La plupart du temps, le chemsex est un formidable accélérateur dans la découverte de sa sexualité. Théo, dont les premières expériences, comme souvent, n’ont pas été très satisfaisantes, a pu sous drogues réaliser des fantasmes qui lui avaient toujours semblé inatteignables. “J’ai commencé à 18 ans, et ça m’a permis de découvrir certains kinks que je n’aurais pas assumés, confie-t-il. Ce que je regrette vraiment, c’est plutôt la consommation de drogues à laquelle ça m’a mené aujourd’hui.” À 21 ans, le jeune homme a d’ailleurs “le sentiment d’avoir vieilli trop vite”.

Étienne, 23 ans, a commencé à consommer des drogues dans le but d’expérimenter des pratiques plus poussées. Après un début de sexualité “tout à fait classique”, ce n’est qu’une fois installé seul qu’il va s’orienter vers le fist, qui l’attire, et qu’il a découvert via le porno. Tout débute alors simplement, un soir, avec un mec chez qui il accepte de prendre de la drogue, “pour être dans l’ambiance”. “Dans mon entourage, c’était banal de consommer dès 18 ou 19 ans, mais je ne connaissais pas encore le chemsex”, explique-t-il.

Kévin, 28 ans, a eu quant à lui ses premiers rapports avec les mecs vers 21 ans. Sa première prise de drogue arrive un an plus tard, et l’expérience lui semble “magnifique”. S’il fantasmait déjà sur le tag porno “sexe de groupe”, il n’avait jamais osé se lancer, jusqu’à ce que l’opportunité lui soit offerte sur un plateau : “En arrivant, j’étais terrifié, mais je savais qu’il y aurait de la 3-MMC, plein de très beaux mecs, et que je passerais un bon moment. Je me suis découvert une sexualité plus désinhibée, et beaucoup plus facile.”

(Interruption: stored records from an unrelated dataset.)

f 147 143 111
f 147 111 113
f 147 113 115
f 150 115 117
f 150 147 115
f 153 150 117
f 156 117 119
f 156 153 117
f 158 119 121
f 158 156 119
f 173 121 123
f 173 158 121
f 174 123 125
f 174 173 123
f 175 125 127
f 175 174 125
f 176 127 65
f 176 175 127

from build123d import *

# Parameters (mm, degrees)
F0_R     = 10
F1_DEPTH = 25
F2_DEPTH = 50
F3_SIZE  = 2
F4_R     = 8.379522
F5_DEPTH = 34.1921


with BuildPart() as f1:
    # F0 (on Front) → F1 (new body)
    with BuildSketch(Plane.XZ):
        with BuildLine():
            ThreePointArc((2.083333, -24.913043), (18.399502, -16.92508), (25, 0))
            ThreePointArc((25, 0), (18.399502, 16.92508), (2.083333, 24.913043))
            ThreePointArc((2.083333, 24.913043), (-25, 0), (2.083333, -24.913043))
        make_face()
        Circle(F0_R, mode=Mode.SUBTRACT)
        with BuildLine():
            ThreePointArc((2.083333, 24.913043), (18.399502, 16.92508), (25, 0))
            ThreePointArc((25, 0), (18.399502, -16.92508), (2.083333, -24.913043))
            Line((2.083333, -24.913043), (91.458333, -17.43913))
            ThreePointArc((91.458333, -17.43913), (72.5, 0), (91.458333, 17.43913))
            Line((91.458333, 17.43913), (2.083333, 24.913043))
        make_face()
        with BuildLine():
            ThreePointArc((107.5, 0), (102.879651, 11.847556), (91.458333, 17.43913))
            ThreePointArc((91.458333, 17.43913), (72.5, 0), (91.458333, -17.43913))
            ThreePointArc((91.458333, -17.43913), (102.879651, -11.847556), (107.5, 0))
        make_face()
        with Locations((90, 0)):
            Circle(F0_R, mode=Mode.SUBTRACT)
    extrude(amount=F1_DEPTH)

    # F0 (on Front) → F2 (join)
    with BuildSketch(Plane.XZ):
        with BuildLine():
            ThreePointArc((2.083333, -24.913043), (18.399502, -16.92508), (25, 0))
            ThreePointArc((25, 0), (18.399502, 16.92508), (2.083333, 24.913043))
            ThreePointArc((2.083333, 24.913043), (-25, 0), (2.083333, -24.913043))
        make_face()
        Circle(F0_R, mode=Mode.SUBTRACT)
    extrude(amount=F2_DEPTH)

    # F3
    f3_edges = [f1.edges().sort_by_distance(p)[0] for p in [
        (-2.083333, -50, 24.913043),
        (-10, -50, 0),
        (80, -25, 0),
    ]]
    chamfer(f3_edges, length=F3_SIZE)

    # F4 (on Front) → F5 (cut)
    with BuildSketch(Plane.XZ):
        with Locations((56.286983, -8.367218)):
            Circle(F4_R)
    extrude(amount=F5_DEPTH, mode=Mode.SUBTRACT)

L'homophobie, terreau de l'addiction

Bien sûr, ce n’est pas parce qu’on essaie le chemsex qu’on va tomber dans l’addiction. Théo, par exemple, estime qu’il a eu “beaucoup de chance” de faire de bonnes rencontres, et réussit sans trop de difficultés à s’octroyer des pauses de deux ou trois mois. Mais tous n’y parviennent pas. “Parmi les personnes venant consulter en addictologie, on en trouve régulièrement ayant connu des obstacles à leur développement identitaire, comme de l’homophobie, du stress intrafamilial ou scolaire, des situations de stigmatisation, de violence…” déroule l’addictologue Dorian Rollet.

"Ils n'ont qu'une vision de la sexualité et ne parviennent pas à envisager que cela puisse se passer autrement."Pierre Cahen, sexologue

Mais si la sexualité semble soudainement “très facile”, elle peut paradoxalement l’être trop. En effet, une vie sexuelle sereine se construit le plus souvent sur le temps long, par tâtonnements, au travers de déceptions, de bonnes surprises et de retours en arrière. Aussi, ceux qui entrent dans la sexualité par le chemsex sans avoir connu autre chose ont tendance à avoir une vision faussée du sexe, et à voir dans la performance et l’intensité sous drogues la seule et unique sexualité possible. Ils éprouvent alors souvent des difficultés à percevoir ce dont cette pratique les a privés, comme une découverte de l’autre et de soi plus attentive. ...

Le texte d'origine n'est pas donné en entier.